Setting up a reproducible and reusable workflow using GitHub after creating an energy model and publishing an article makes it challenging to understand how others, unfamiliar with your model, perceive the repository’s reproducibility.

In this post, Emir Fejzić offers insights on handling the reproducibility of model workflows stored in GitHub repositories. The answers come from an interview with Muhammad Eliasinul Islam, who recreated the workflow of the DRB-OSeMOSYS-model repository 1 on his computer and answered three selected questions.

To what extent did you find the repository to be reproducible? Did you identify any data gaps needed to reproduce the work?

Although the repository shows some reproducibility, several areas need improvement to enhance it further. Users must follow detailed steps to reproduce the work, especially those unfamiliar with the data sources and tools, as they might struggle with troubleshooting. We need to modularize the code to allow users to upgrade specific parts to improve it. Additionally, we should standardize the directory structure, as even minor inconsistencies can be noticeable. Furthermore, we should separate reusable functions from the main workflow and central functions and repackage these reusable functions as a local package that can be installed via pip (pip install .), which would significantly aid in achieving a higher level of reproducibility.

How can we improve the repository to increase the reproducibility of the work?

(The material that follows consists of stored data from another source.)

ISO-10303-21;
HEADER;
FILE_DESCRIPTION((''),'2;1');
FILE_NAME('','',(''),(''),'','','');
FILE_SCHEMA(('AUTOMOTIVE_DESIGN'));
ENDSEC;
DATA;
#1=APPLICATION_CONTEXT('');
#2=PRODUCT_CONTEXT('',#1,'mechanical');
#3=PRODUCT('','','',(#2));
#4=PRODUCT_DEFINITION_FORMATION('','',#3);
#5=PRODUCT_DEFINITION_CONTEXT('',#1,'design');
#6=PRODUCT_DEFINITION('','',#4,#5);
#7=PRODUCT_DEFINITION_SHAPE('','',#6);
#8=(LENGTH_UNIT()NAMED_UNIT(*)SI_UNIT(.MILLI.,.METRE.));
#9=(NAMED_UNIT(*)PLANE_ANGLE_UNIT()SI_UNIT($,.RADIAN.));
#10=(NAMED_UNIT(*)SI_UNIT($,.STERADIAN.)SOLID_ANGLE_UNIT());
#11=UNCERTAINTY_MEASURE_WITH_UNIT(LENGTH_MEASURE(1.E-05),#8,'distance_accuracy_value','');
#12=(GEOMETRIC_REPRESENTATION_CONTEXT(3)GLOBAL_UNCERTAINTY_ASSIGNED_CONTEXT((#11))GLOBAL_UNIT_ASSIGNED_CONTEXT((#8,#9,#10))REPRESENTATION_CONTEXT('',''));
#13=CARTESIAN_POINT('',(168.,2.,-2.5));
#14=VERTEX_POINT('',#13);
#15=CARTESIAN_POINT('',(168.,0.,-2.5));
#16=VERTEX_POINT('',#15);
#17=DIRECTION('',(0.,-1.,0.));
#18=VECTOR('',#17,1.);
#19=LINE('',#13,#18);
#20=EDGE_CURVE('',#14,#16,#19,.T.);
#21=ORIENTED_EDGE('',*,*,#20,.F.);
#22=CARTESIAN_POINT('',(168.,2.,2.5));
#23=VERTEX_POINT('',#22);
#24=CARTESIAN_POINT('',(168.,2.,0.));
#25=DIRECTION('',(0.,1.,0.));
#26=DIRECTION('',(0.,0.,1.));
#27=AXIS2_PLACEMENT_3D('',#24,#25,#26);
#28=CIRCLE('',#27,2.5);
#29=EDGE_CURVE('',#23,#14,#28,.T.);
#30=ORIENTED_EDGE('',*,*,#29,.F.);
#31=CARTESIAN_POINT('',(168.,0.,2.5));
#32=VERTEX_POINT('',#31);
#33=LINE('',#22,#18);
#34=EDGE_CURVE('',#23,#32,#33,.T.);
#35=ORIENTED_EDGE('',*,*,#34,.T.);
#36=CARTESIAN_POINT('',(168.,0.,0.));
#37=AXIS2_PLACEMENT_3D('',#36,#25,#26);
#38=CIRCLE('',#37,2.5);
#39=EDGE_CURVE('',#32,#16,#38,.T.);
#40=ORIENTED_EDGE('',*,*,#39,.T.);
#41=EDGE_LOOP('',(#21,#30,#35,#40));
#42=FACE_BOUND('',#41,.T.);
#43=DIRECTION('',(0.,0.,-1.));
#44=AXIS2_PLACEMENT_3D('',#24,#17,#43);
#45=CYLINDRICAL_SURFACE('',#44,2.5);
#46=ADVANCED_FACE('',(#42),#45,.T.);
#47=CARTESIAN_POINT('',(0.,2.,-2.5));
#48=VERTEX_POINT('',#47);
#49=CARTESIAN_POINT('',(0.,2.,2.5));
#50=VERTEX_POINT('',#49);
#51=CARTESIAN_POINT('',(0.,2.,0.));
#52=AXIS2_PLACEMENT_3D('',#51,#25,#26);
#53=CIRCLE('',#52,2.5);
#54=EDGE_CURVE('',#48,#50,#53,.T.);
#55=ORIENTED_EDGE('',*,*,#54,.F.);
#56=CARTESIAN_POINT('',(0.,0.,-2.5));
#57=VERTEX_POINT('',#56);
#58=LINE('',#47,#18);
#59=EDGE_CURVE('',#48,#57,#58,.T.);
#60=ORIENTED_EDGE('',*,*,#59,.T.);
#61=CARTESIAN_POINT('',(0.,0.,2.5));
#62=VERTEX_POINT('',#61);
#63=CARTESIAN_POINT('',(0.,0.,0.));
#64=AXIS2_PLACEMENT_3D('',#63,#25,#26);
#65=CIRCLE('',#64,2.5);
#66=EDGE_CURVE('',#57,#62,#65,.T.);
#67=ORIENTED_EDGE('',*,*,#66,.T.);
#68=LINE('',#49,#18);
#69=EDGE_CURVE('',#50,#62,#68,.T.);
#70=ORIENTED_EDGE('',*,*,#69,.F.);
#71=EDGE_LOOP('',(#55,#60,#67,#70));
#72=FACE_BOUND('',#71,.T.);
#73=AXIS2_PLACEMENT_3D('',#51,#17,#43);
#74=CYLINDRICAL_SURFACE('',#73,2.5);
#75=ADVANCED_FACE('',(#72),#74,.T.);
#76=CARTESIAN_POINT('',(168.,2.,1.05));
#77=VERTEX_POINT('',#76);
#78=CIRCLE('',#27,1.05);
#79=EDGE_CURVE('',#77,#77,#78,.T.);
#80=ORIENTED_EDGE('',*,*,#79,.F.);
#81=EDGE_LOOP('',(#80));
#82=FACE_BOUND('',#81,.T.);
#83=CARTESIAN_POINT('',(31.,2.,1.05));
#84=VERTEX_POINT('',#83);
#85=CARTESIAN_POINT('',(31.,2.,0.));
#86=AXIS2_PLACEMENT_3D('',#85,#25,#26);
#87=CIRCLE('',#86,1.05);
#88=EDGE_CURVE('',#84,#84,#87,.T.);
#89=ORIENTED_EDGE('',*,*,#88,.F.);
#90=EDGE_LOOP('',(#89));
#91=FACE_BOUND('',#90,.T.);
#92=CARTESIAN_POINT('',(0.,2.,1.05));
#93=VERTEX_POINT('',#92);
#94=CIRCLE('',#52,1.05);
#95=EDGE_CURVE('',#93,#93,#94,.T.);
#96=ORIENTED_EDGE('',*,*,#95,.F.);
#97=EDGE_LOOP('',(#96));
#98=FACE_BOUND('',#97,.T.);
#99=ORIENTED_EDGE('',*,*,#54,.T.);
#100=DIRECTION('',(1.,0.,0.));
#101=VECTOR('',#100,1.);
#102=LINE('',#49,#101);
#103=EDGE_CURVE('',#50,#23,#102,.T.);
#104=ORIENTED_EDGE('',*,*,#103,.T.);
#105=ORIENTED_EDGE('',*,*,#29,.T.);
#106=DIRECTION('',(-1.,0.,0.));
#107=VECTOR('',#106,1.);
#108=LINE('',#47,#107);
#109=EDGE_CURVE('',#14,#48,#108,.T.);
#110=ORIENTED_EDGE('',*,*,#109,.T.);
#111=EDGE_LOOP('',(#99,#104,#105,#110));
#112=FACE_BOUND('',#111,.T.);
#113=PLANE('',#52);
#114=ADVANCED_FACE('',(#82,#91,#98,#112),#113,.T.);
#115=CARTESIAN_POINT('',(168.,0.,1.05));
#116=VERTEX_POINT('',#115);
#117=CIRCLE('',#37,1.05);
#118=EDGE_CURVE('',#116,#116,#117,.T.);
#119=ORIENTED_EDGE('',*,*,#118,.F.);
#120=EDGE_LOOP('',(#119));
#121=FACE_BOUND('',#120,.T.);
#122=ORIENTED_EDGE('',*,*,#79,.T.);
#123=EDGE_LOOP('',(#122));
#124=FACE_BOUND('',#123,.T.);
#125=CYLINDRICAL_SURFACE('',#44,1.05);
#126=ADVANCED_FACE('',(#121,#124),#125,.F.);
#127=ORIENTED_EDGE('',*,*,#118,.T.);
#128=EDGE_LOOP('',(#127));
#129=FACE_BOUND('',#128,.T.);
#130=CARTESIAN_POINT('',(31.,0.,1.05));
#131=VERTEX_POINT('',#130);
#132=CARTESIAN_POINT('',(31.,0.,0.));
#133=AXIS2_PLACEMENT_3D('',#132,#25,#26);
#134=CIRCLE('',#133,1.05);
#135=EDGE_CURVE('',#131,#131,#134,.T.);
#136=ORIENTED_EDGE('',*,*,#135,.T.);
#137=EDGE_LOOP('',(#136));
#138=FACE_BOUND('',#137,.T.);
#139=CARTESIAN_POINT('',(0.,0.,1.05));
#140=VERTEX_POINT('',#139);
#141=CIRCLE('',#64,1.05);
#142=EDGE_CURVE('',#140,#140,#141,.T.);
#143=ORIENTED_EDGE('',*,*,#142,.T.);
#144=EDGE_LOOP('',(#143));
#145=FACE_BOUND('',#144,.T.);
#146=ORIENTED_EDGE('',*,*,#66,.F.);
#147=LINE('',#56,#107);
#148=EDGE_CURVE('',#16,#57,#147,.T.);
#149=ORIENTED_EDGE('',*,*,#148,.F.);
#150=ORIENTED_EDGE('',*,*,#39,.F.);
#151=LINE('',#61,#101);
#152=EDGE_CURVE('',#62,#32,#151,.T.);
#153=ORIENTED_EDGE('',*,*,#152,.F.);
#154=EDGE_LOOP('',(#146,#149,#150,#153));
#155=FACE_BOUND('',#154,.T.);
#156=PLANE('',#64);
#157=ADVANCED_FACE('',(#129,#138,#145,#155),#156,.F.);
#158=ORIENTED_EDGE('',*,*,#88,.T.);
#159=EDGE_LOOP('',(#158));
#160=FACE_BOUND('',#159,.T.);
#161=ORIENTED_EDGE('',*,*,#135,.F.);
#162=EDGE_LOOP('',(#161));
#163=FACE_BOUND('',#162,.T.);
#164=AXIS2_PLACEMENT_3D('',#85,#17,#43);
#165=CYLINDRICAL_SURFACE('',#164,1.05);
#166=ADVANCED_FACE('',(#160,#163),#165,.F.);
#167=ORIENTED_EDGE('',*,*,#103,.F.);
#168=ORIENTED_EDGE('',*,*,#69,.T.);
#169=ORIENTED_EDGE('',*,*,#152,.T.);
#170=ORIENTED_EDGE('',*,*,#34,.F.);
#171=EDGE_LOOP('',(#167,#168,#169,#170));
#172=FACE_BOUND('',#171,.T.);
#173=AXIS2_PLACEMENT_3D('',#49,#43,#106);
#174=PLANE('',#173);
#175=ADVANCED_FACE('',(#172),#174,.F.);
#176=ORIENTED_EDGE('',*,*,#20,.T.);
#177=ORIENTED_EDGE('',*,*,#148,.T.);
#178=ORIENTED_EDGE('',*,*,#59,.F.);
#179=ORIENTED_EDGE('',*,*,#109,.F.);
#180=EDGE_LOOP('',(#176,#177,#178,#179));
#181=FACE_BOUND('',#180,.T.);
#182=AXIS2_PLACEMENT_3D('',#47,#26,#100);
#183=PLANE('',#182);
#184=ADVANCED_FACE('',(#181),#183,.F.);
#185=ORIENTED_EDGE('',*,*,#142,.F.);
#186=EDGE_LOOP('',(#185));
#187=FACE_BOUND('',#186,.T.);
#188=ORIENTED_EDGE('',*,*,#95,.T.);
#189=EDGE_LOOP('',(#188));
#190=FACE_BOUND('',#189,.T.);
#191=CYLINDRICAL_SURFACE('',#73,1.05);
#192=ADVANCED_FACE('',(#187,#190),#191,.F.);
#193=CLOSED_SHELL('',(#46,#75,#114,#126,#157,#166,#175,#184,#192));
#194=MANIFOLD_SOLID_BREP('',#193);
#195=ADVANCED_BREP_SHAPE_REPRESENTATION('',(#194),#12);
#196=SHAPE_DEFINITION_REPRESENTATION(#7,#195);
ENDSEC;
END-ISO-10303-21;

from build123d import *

# Parameters (mm, degrees)
SKETCH1_R           = 1.05
BOSS_EXTRUDE1_DEPTH = 2


with BuildPart() as part:
    # Sketch1 → Boss-Extrude1 (new body)
    with BuildSketch(Plane(origin=(0, 0, 0), x_dir=(1, 0, 0), z_dir=(0, 1, 0))):
        with BuildLine():
            Line((0, 2.5), (168, 2.5))
            ThreePointArc((168, 2.5), (170.5, 0), (168, -2.5))
            Line((168, -2.5), (0, -2.5))
            ThreePointArc((0, -2.5), (-2.5, 0), (0, 2.5))
        make_face()
        with Locations(Location((0, 0, 0), (0, 0, 270))):
            Circle(SKETCH1_R, mode=Mode.SUBTRACT)
        with Locations(Location((168, 0, 0), (0, 0, 270))):
            Circle(SKETCH1_R, mode=Mode.SUBTRACT)
        with Locations(Location((31, 0, 0), (0, 0, 270))):
            Circle(SKETCH1_R, mode=Mode.SUBTRACT)
    extrude(amount=BOSS_EXTRUDE1_DEPTH)


solid = part.part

To enhance the reproducibility of the repository, we should start by providing comprehensive instructions on setting up Windows Subsystem for Linux (WSL). Follow this with a detailed guide on setting up the environment using Docker to ensure a consistent and isolated setup across different systems. Additionally, illustrating the workflow at both a high level and script level will help users understand the processes involved and how to execute them effectively. Finally, we should extend community outreach through thorough documentation on how users can apply and modify the model for their regions, which will improve reproducibility and foster a collaborative environment where shared knowledge and user contributions enhance the overall quality and applicability of the work.

Recognizing that energy modelling is a complex field, what are the most common mistakes researchers make that diminish reproducibility when setting up GitHub repositories or Zenodo deposits for their work?

Energy modelling’s complexity often leads to several common mistakes that diminish reproducibility when setting up GitHub repositories or Zenodo deposits. Researchers often create ambiguous and poorly documented data supply chains, which are not automated and lack clear instructions, making it difficult for others to replicate the work. Additionally, they frequently fail to streamline, standardize, or modularize the transformation of raw or downloaded data into model-ready data, relying on one-time-use codes that are not easily adaptable or reusable. Furthermore, insufficient documentation of simplification choices made during the modelling process, their impact on the model, and guidance on upgrading parts of the code for improvements hamper understanding of the model’s scalability and modularity. Lastly, the lack of comprehensive troubleshooting documentation for environment setup often frustrates non-experts and enthusiasts, as they struggle to resolve issues and mimic model runs from GitHub, further impeding reproducibility.

Conclusions

The reproducibility attempt reveals that while the energy model repository demonstrates some level of reproducibility, it requires several enhancements to improve further. Key aspects needing attention include:

Detailed Documentation: Providing comprehensive setup instructions for Windows Subsystem for Linux (WSL) and Docker to ensure users can create a consistent and isolated environment.

Modularization of Code: Reorganizing the code into modular components to allow users to upgrade specific parts easily and to package reusable functions as installable modules.

Standardizing Directory Structure: Ensuring a consistent directory structure to minimize confusion and improve workflow clarity.

Enhanced Workflow Illustration: Offering both high-level and script-level overviews of the workflow to aid user understanding and execution.

Community Outreach and Documentation: Extending documentation on applying and modifying the model for various regions to promote community engagement and collaborative improvements.